Certain chemotherapeutic drugs, such as cyclophosphamide (CTX), can enhance the antitumor efficacy of immunotherapy because of their capacity to modulate innate and adaptive immunity. Indeed, it has been argued that this capacity may be more significant to chemotherapeutic efficacy in general than is currently appreciated. To gain insights into the core mechanisms of chemoimmunotherapy, we methodically profiled the effects of CTX on gene expression in bone marrow, spleen, and peripheral blood, and on cytokine expression in plasma and bone marrow of tumor-bearing mice. Gene and protein expression were modulated early and transiently by CTX, leading to upregulation of a variety of immunomodulatory factors, including danger signals, pattern recognition receptors, inflammatory mediators, growth factors, cytokines, chemokines, and chemokine receptors. These factors are involved in sensing CTX myelotoxicity and activating repair mechanisms, which, in turn, stimulate immunoactivation events that promote efficacy. In particular, CTX induced a T-helper 17 (Th17)-related gene signature associated with an increase in Th17, Th1, and activated CD25(+)CD4(+)Foxp3(-) T lymphocytes and a slight recovery of regulatory T cells. By analyzing gene and protein expression kinetics and their relationship to the antitumor efficacy of different therapeutic schedules of combination, we determined that optimal timing for performing adoptive immunotherapy is approximately 1 day after CTX treatment. Together, our findings highlight factors that may propel the efficacy of chemoimmunotherapy, offering a mechanistic glimpse of the important immune modulatory effects of CTX.

Cyclophosphamide synergizes with type I interferons through systemic dendritic cell reactivation and induction of immunogenic tumor apoptosis.

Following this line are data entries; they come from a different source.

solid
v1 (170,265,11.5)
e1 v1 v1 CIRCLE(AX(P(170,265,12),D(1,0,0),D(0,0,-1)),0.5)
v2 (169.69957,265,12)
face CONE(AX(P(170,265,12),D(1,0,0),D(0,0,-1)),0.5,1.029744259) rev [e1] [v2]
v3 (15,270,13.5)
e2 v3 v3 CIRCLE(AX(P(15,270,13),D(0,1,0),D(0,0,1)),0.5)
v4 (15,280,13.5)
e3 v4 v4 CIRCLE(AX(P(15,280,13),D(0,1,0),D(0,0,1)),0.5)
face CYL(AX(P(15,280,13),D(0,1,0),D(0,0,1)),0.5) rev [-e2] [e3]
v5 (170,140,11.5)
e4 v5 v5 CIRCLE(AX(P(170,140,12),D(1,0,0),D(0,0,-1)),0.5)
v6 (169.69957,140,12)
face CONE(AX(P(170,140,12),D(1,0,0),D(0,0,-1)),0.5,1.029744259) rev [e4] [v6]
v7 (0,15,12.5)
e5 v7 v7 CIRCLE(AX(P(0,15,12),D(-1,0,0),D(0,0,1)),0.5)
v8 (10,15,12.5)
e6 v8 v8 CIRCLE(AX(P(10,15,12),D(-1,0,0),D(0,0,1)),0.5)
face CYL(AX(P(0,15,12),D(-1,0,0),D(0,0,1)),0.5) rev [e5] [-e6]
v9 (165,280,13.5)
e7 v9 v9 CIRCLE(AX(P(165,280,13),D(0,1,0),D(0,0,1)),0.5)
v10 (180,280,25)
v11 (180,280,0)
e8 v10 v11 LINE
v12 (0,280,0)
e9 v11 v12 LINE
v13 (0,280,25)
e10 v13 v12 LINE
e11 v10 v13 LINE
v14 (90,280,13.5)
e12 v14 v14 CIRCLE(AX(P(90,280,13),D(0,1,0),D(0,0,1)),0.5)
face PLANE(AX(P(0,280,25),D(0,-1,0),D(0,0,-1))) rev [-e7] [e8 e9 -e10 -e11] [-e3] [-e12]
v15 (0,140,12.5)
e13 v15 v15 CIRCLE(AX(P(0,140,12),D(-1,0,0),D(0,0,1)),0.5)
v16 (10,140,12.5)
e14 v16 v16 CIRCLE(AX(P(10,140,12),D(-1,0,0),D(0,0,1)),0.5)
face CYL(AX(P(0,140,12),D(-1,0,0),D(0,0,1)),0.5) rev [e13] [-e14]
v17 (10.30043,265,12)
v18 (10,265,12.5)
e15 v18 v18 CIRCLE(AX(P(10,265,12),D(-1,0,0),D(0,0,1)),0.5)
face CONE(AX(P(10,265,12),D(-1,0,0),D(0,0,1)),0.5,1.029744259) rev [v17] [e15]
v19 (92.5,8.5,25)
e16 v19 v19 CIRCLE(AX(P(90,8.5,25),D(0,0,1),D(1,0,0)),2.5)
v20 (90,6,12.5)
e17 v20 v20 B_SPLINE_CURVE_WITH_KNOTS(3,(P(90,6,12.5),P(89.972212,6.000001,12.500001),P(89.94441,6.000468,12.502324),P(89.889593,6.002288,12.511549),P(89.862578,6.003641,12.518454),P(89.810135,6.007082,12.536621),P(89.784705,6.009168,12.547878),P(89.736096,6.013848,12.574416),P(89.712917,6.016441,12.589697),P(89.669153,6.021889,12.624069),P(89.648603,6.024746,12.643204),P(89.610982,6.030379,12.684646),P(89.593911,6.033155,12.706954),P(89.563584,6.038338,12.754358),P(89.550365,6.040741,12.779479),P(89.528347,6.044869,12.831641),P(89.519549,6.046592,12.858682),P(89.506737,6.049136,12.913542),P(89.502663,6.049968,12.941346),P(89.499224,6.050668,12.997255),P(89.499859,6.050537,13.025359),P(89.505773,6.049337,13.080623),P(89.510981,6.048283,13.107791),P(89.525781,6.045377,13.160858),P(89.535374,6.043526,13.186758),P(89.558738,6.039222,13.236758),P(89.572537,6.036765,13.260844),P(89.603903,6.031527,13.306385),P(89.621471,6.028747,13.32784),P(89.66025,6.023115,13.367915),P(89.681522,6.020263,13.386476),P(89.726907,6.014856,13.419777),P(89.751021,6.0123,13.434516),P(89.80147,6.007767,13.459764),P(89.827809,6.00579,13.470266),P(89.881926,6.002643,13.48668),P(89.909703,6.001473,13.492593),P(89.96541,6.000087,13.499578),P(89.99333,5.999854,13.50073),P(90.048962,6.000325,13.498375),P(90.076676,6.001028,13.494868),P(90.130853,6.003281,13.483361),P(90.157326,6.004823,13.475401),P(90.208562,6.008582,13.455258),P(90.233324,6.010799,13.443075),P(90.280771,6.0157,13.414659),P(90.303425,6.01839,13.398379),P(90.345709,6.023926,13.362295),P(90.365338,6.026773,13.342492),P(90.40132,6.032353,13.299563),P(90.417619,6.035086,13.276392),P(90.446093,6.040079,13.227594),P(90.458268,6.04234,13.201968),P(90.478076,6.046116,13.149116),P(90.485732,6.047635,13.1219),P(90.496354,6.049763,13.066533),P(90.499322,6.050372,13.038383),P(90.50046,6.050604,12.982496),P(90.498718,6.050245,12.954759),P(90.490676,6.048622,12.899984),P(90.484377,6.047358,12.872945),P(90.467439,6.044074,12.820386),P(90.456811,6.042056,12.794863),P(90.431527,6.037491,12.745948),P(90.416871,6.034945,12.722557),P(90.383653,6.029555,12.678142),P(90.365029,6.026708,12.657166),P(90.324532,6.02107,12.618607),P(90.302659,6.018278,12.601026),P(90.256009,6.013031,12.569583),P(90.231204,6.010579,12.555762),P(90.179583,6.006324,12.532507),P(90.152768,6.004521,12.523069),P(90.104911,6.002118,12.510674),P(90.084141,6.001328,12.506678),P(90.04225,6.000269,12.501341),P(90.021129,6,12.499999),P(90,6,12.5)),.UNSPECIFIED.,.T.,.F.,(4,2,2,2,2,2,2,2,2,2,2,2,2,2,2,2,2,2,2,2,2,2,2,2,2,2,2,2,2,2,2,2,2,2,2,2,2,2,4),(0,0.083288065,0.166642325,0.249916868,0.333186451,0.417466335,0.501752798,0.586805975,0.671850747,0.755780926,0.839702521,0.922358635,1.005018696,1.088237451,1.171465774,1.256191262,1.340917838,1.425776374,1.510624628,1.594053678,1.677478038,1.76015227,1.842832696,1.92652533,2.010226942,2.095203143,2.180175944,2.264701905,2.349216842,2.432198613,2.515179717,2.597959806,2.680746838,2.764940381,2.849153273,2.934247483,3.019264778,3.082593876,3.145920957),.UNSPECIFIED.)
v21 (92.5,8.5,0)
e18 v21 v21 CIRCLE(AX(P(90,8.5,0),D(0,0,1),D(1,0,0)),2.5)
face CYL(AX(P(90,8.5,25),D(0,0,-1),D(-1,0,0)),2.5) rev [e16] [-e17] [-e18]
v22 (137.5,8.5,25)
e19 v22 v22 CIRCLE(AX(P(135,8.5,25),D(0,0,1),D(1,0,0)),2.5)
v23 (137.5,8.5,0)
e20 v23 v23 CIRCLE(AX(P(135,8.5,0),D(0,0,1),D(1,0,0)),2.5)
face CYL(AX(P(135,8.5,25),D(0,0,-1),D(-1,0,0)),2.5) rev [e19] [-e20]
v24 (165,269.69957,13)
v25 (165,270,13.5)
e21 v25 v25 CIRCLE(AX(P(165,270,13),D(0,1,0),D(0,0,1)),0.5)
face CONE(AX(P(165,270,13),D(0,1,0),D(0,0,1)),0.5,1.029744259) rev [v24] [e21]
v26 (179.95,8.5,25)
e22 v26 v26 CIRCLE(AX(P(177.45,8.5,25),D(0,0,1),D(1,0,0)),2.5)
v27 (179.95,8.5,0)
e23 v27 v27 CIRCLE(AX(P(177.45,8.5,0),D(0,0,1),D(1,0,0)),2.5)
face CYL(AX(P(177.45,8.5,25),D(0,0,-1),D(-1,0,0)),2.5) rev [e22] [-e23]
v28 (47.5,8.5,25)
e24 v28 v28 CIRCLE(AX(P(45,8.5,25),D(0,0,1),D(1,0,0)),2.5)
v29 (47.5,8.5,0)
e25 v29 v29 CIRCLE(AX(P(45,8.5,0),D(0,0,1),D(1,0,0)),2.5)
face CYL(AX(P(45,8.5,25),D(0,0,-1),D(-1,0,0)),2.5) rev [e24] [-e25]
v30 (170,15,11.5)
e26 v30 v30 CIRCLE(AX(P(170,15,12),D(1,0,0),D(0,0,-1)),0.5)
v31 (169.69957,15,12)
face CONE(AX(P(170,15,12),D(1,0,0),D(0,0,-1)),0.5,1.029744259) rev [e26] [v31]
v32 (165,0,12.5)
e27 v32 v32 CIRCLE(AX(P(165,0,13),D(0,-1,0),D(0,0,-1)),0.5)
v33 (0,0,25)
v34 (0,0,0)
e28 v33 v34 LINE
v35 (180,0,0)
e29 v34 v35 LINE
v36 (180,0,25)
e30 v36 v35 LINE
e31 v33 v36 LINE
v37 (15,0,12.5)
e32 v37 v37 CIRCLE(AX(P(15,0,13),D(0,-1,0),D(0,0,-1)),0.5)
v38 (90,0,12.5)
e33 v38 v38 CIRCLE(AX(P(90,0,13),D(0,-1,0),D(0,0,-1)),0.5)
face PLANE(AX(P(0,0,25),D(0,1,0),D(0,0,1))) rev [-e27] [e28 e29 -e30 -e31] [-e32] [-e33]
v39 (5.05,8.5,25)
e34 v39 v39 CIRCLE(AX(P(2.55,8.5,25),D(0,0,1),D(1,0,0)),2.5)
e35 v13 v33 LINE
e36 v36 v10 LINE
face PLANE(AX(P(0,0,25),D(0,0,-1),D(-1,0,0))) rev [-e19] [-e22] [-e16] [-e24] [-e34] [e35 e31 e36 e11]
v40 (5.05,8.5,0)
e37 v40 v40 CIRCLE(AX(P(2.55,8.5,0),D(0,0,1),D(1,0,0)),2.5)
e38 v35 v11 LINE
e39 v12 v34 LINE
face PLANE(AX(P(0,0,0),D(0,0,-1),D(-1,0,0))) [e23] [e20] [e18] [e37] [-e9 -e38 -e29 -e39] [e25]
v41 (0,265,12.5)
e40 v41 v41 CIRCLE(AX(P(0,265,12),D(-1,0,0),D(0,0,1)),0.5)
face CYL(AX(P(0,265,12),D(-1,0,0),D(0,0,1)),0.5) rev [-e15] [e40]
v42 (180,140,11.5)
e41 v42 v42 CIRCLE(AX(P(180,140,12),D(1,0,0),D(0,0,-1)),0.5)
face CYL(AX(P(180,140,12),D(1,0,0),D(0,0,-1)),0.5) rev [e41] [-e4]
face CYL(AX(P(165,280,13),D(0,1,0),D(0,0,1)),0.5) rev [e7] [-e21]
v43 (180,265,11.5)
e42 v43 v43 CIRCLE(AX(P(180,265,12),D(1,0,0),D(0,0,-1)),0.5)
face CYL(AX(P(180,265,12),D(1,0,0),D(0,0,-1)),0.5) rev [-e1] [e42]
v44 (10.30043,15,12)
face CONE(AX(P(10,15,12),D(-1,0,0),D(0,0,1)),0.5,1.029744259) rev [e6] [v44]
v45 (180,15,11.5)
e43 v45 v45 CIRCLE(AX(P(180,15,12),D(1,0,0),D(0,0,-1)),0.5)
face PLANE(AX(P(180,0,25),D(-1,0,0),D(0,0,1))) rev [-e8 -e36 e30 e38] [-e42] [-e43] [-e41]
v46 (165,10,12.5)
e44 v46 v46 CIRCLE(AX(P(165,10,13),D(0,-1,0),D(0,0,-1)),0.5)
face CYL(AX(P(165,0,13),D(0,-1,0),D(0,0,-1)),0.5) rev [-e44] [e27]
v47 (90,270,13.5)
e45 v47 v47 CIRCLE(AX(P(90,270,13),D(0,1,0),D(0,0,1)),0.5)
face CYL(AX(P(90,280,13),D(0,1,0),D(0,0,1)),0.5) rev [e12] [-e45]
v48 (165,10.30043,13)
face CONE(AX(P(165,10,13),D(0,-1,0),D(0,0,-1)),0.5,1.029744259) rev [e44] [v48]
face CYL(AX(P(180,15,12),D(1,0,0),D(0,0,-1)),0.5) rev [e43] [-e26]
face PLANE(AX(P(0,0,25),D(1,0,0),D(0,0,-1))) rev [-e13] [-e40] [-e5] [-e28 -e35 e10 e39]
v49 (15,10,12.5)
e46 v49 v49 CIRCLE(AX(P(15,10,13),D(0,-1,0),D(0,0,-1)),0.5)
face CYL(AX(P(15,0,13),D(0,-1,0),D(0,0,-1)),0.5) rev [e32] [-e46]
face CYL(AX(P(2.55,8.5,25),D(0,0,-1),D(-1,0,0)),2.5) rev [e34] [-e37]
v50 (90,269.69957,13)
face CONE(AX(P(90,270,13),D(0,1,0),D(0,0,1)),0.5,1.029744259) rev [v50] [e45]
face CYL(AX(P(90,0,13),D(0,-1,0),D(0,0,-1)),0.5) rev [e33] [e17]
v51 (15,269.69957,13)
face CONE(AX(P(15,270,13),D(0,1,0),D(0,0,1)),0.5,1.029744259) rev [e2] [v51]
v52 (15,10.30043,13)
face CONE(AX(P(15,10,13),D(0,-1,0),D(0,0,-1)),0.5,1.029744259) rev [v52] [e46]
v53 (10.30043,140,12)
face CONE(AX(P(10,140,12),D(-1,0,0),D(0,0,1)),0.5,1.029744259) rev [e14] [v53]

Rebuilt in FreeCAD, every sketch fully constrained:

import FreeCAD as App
import Part
import Sketcher
from FreeCAD import Vector


def add_polygon(sketch, points):
    """Adds a closed chain of lines whose ends are joined by coincident constraints."""
    first, n = sketch.GeometryCount, len(points)
    for a, b in zip(points, points[1:] + points[:1]):
        sketch.addGeometry(Part.LineSegment(App.Vector(*a, 0), App.Vector(*b, 0)), False)
    for i in range(n):
        sketch.addConstraint(Sketcher.Constraint("Coincident", first + i, 2, first + (i + 1) % n, 1))

doc = App.newDocument("Part")
body = doc.addObject("PartDesign::Body", "Body")

# Sketch on XY plane
sketch1 = body.newObject("Sketcher::SketchObject", "Sketch")
sketch1.AttachmentSupport = (doc.getObject("XY_Plane"), [""])
sketch1.MapMode = "FlatFace"
add_polygon(sketch1, [(0, 280), (0, 0), (180, 0), (180, 280)])  # lines 0-3
sketch1.addGeometry(Part.Circle(Vector(2.5, 8.5, 0), Vector(0, 0, 1), 2.5), False)  # 4
sketch1.addGeometry(Part.Circle(Vector(45, 8.5, 0), Vector(0, 0, 1), 2.5), False)  # 5
sketch1.addGeometry(Part.Circle(Vector(90, 8.5, 0), Vector(0, 0, 1), 2.5), False)  # 6
sketch1.addGeometry(Part.Circle(Vector(135, 8.5, 0), Vector(0, 0, 1), 2.5), False)  # 7
sketch1.addGeometry(Part.Circle(Vector(177.4, 8.5, 0), Vector(0, 0, 1), 2.5), False)  # 8
sketch1.addConstraint([
    Sketcher.Constraint("Vertical", 0),
    Sketcher.Constraint("Horizontal", 1),
    Sketcher.Constraint("Vertical", 2),
    Sketcher.Constraint("Horizontal", 3),
    Sketcher.Constraint("Coincident", 0, 2, -1, 1),
    Sketcher.Constraint("Equal", 4, 5),
    Sketcher.Constraint("Equal", 5, 6),
    Sketcher.Constraint("Equal", 6, 7),
    Sketcher.Constraint("Equal", 7, 8),
    Sketcher.Constraint("Horizontal", 4, 3, 5, 3),
    Sketcher.Constraint("Horizontal", 5, 3, 6, 3),
    Sketcher.Constraint("Horizontal", 6, 3, 7, 3),
    Sketcher.Constraint("Horizontal", 7, 3, 8, 3),
    Sketcher.Constraint("Diameter", 4, 5.0),
    Sketcher.Constraint("DistanceX", 1, 1, 1, 2, 180.0),
    Sketcher.Constraint("DistanceY", 0, 2, 0, 1, 280.0),
    Sketcher.Constraint("DistanceX", -1, 1, 5, 3, 45.0),
    Sketcher.Constraint("DistanceX", -1, 1, 6, 3, 90.0),
    Sketcher.Constraint("DistanceX", -1, 1, 7, 3, 135.0),
    Sketcher.Constraint("DistanceY", -1, 1, 4, 3, 8.5),
    Sketcher.Constraint("DistanceX", 4, 3, 8, 3, 174.9),
    Sketcher.Constraint("DistanceX", -1, 1, 4, 3, 2.55),
])
pad1 = body.newObject("PartDesign::Pad", "Pad")
pad1.Profile = sketch1
pad1.Length = 25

Successful chemotherapy accounts for both tumor-related factors and host immune response. Compelling evidence suggests that some chemotherapeutic agents can induce an immunogenic type of cell death stimulating tumor-specific immunity. Here, we show that cyclophosphamide (CTX) exerts two types of actions relevant for the induction of antitumor immunity in vivo: (i) effect on dendritic cell (DC) homeostasis, mediated by endogenous type I interferons (IFN-I), leading to the preferential expansion of CD8α(+) DC, the main subset involved in the cross-presentation of cell-derived antigens; and (ii) induction of tumor cell death with clear-cut immunogenic features capable of stimulating tumor infiltration, engulfment of tumor apoptotic material, and CD8 T-cell cross-priming by CD8α(+) DC. Notably, the antitumor effects of CTX were efficiently amplified by IFN-I, the former providing a source of antigen and a "resetting" of the DC compartment and the latter supplying optimal costimulation for T-cell cross-priming, resulting in the induction of a strong antitumor response and tumor rejection. These results disclose new perspectives for the development of targeted and more effective chemoimmunotherapy treatments of cancer patients.